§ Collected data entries
────────────────

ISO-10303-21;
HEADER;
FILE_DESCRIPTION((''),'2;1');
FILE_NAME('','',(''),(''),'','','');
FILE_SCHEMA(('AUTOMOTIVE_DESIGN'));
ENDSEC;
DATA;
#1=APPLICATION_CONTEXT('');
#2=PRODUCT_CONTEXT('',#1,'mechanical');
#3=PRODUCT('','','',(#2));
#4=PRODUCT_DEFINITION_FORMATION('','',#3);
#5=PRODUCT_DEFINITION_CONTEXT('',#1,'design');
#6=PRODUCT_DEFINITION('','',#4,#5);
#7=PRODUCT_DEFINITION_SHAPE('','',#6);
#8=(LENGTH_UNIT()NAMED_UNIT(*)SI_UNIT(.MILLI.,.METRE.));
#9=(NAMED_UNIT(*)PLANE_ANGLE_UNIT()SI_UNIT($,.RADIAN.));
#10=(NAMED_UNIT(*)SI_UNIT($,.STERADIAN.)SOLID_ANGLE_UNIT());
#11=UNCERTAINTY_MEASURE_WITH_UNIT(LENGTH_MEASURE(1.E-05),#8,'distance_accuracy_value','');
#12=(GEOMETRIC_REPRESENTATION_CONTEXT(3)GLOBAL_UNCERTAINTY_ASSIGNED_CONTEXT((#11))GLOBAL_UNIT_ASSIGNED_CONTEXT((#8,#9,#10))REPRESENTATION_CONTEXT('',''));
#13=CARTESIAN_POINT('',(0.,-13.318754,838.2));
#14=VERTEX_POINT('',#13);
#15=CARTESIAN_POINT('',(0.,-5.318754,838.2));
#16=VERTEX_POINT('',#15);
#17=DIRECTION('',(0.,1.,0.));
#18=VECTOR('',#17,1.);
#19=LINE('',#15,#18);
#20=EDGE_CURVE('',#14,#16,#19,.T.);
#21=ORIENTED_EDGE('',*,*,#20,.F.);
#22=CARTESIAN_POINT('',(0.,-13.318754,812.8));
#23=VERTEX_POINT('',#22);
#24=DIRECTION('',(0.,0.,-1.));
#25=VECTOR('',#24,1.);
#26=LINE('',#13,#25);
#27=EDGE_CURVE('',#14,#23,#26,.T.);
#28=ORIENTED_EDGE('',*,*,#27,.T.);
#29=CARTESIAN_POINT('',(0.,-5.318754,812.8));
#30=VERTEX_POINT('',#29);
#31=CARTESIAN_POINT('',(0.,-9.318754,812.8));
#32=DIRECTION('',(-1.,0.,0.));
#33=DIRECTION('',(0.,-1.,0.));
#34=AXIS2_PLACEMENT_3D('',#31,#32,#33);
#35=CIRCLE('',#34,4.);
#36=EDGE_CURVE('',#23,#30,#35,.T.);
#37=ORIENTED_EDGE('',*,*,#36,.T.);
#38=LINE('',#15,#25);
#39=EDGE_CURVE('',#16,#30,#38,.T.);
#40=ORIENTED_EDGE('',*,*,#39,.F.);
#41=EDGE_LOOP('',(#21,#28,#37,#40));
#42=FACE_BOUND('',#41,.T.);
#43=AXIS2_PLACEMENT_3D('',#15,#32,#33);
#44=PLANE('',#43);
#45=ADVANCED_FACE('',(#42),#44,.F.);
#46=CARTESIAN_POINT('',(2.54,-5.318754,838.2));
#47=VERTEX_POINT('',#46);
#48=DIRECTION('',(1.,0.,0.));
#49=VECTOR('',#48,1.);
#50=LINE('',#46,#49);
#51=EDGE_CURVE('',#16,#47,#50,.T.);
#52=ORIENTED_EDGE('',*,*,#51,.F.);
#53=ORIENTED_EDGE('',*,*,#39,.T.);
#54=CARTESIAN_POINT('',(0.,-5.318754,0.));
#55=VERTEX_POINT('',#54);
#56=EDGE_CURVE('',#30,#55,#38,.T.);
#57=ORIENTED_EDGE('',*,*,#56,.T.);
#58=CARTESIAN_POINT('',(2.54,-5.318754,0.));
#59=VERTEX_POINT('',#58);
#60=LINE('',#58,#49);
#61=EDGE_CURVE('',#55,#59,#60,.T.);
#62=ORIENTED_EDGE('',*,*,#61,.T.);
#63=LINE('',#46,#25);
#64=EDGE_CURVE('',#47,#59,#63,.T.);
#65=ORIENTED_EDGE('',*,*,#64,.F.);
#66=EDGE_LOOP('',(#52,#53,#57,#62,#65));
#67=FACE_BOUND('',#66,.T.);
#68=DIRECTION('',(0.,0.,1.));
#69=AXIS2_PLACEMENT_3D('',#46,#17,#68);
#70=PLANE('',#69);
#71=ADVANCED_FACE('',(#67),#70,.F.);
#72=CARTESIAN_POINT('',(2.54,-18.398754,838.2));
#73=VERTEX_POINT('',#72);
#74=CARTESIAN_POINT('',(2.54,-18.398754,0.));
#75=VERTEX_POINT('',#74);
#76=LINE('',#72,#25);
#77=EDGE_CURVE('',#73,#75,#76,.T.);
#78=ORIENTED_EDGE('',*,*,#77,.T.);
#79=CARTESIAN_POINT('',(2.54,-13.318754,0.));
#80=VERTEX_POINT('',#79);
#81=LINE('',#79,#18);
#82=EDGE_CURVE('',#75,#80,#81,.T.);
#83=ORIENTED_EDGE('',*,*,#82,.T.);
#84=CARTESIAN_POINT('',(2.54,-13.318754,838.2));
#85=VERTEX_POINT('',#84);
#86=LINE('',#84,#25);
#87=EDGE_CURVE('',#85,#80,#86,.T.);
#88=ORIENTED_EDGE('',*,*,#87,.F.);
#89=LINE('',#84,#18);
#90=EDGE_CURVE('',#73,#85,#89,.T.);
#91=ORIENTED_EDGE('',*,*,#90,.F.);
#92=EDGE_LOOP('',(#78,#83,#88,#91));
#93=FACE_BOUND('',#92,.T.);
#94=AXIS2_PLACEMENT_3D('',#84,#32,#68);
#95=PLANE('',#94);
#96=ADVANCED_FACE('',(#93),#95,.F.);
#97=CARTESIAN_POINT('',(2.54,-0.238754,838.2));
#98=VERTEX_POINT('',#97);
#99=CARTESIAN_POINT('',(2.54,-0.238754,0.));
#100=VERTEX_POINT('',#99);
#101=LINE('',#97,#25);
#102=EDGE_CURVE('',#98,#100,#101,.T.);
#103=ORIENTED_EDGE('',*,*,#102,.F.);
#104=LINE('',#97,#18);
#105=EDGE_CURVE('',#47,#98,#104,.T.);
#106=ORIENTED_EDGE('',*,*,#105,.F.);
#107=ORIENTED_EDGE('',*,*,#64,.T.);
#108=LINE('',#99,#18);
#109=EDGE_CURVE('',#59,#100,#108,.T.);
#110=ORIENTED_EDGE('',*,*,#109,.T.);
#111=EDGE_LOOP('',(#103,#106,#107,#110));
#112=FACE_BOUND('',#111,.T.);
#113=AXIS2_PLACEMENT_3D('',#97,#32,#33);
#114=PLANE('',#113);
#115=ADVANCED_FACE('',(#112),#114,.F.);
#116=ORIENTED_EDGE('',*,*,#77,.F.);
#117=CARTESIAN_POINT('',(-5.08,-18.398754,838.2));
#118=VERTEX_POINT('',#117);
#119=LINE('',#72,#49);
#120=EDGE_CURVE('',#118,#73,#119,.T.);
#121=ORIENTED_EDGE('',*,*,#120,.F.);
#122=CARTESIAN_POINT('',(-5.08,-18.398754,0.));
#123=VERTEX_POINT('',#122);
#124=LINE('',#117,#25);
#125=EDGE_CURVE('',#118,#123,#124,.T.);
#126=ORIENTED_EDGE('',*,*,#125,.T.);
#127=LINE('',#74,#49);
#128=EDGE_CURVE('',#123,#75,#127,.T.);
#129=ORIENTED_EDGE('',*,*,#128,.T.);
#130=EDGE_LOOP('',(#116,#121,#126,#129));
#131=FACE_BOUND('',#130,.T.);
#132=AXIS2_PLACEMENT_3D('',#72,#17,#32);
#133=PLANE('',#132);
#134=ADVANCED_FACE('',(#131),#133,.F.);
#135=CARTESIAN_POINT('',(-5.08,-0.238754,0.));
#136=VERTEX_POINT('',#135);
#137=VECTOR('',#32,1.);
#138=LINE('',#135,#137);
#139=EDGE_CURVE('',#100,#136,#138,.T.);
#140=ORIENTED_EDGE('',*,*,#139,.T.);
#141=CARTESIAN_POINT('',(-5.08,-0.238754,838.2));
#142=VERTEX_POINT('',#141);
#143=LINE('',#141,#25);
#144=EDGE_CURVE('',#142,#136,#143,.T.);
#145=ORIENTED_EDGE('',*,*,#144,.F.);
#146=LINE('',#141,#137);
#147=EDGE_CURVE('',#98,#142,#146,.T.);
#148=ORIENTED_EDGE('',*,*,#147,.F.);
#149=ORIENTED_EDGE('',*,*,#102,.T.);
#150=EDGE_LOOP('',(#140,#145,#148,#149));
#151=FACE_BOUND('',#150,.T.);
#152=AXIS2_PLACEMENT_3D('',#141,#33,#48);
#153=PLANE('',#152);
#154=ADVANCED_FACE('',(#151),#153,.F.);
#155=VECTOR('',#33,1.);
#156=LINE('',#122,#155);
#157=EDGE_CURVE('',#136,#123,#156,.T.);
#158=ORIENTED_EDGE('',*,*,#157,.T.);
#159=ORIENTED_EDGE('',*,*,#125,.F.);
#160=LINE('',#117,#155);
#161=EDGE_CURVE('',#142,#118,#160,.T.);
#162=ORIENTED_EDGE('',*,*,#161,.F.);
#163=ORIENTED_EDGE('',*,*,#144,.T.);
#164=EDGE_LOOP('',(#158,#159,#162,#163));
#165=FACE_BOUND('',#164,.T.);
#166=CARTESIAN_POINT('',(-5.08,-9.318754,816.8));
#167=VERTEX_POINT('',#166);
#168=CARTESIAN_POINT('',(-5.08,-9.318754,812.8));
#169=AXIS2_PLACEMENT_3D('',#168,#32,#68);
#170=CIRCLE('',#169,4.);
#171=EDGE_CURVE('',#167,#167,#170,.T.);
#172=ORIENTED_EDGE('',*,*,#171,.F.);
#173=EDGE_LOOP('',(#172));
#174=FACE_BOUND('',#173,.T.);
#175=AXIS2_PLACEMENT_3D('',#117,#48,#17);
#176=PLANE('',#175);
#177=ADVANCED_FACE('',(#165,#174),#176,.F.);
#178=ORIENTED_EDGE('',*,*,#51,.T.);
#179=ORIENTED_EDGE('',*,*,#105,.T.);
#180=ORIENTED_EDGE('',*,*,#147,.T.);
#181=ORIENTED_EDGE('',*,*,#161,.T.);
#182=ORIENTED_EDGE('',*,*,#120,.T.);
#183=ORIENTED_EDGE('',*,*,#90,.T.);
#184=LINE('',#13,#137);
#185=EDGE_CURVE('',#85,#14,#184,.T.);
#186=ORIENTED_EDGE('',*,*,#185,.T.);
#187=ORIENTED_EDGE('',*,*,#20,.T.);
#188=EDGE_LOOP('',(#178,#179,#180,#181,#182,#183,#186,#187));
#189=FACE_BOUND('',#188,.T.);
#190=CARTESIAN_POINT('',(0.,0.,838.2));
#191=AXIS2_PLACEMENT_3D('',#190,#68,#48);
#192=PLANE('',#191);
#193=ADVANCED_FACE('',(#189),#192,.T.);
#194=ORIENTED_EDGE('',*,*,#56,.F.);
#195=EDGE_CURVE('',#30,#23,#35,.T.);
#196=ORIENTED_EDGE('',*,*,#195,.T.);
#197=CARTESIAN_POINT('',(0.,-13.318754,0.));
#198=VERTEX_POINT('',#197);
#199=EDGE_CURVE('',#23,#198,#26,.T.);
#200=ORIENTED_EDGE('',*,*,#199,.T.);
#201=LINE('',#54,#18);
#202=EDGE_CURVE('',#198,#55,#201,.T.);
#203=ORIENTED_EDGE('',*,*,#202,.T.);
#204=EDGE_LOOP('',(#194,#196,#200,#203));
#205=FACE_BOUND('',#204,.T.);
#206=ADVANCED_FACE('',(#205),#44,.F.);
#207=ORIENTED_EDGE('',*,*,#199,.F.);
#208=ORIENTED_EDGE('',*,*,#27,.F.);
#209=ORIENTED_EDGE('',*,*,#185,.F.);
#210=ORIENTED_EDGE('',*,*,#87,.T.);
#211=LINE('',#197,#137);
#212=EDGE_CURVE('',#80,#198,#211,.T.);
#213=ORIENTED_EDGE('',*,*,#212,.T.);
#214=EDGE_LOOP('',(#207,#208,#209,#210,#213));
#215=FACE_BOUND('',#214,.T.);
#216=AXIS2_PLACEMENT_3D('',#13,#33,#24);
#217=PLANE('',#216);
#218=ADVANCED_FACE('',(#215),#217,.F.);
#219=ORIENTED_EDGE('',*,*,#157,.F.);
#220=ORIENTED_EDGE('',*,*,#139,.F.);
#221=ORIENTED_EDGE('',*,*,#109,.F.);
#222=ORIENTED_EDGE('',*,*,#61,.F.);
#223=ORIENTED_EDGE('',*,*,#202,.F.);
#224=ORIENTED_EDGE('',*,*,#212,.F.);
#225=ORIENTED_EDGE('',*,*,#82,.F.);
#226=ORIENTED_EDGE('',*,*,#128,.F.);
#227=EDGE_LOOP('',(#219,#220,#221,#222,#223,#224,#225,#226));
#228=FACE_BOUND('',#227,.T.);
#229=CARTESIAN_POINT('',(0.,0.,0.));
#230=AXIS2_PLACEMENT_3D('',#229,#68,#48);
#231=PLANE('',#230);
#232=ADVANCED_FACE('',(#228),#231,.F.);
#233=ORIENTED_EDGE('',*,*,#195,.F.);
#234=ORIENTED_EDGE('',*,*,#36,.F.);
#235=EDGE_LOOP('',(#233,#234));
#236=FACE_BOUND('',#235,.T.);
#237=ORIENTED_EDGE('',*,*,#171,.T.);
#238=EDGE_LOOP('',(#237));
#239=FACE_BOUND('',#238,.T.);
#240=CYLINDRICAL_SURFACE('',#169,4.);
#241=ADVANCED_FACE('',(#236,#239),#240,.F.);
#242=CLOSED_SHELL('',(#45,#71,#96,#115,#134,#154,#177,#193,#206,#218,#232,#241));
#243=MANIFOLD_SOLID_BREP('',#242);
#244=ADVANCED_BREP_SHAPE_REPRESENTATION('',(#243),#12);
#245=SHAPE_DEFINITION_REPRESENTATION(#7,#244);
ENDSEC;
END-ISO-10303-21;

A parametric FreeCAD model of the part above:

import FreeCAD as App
import Part
import Sketcher
Q = App.Units.Quantity


def add_polygon(sketch, points):
    """Adds a closed chain of lines whose ends are joined by coincident constraints."""
    first, n = sketch.GeometryCount, len(points)
    for a, b in zip(points, points[1:] + points[:1]):
        sketch.addGeometry(Part.LineSegment(App.Vector(*a, 0), App.Vector(*b, 0)), False)
    for i in range(n):
        sketch.addConstraint(Sketcher.Constraint("Coincident", first + i, 2, first + (i + 1) % n, 1))

doc = App.newDocument("Part")
body = doc.addObject("PartDesign::Body", "Body")

sketch1 = body.newObject("Sketcher::SketchObject", "Sketch")
sketch1.AttachmentSupport = (doc.getObject("XY_Plane"), [""])
sketch1.MapMode = "FlatFace"
add_polygon(sketch1, [(0, -13.3), (0, -5.3), (2.5, -5.3), (2.5, -0.2), (-5.1, -0.2), (-5.1, -18.4), (2.5, -18.4), (2.5, -13.3)])
sketch1.addConstraint(Sketcher.Constraint("Vertical", 0))
sketch1.addConstraint(Sketcher.Constraint("Horizontal", 1))
sketch1.addConstraint(Sketcher.Constraint("Vertical", 2))
sketch1.addConstraint(Sketcher.Constraint("Horizontal", 3))
sketch1.addConstraint(Sketcher.Constraint("Vertical", 4))
sketch1.addConstraint(Sketcher.Constraint("Horizontal", 5))
sketch1.addConstraint(Sketcher.Constraint("Vertical", 6))
sketch1.addConstraint(Sketcher.Constraint("Horizontal", 7))
sketch1.addConstraint(Sketcher.Constraint("PointOnObject", 0, 2, -2))
sketch1.addConstraint(Sketcher.Constraint("Vertical", 2, 2, 5, 2))
sketch1.addConstraint(Sketcher.Constraint("Equal", 2, 6))
sketch1.addConstraint(Sketcher.Constraint("DistanceX", 1, 1, 1, 2, Q("0.1 in")))
sketch1.addConstraint(Sketcher.Constraint("DistanceX", 3, 2, 3, 1, Q("0.3 in")))
sketch1.addConstraint(Sketcher.Constraint("DistanceY", 2, 1, 2, 2, Q("0.2 in")))
sketch1.addConstraint(Sketcher.Constraint("DistanceY", 0, 1, 0, 2, Q("8 mm")))
sketch1.addConstraint(Sketcher.Constraint("DistanceY", 0, 2, -1, 1, Q("5.318754 mm")))
pad1 = body.newObject("PartDesign::Pad", "Pad")
pad1.Profile = sketch1
pad1.Length = Q("33 in")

────────────────

§ Work task
Taking the entries above, restate exactly those lines that fall between the line with "#224=ORIENTED_EDGE('',*,*,#212,.F.);" and the line with "#238=EDGE_LOOP('',(#237));", keeping both of those lines too.

§ Solution for this problem
#224=ORIENTED_EDGE('',*,*,#212,.F.);
#225=ORIENTED_EDGE('',*,*,#82,.F.);
#226=ORIENTED_EDGE('',*,*,#128,.F.);
#227=EDGE_LOOP('',(#219,#220,#221,#222,#223,#224,#225,#226));
#228=FACE_BOUND('',#227,.T.);
#229=CARTESIAN_POINT('',(0.,0.,0.));
#230=AXIS2_PLACEMENT_3D('',#229,#68,#48);
#231=PLANE('',#230);
#232=ADVANCED_FACE('',(#228),#231,.F.);
#233=ORIENTED_EDGE('',*,*,#195,.F.);
#234=ORIENTED_EDGE('',*,*,#36,.F.);
#235=EDGE_LOOP('',(#233,#234));
#236=FACE_BOUND('',#235,.T.);
#237=ORIENTED_EDGE('',*,*,#171,.T.);
#238=EDGE_LOOP('',(#237));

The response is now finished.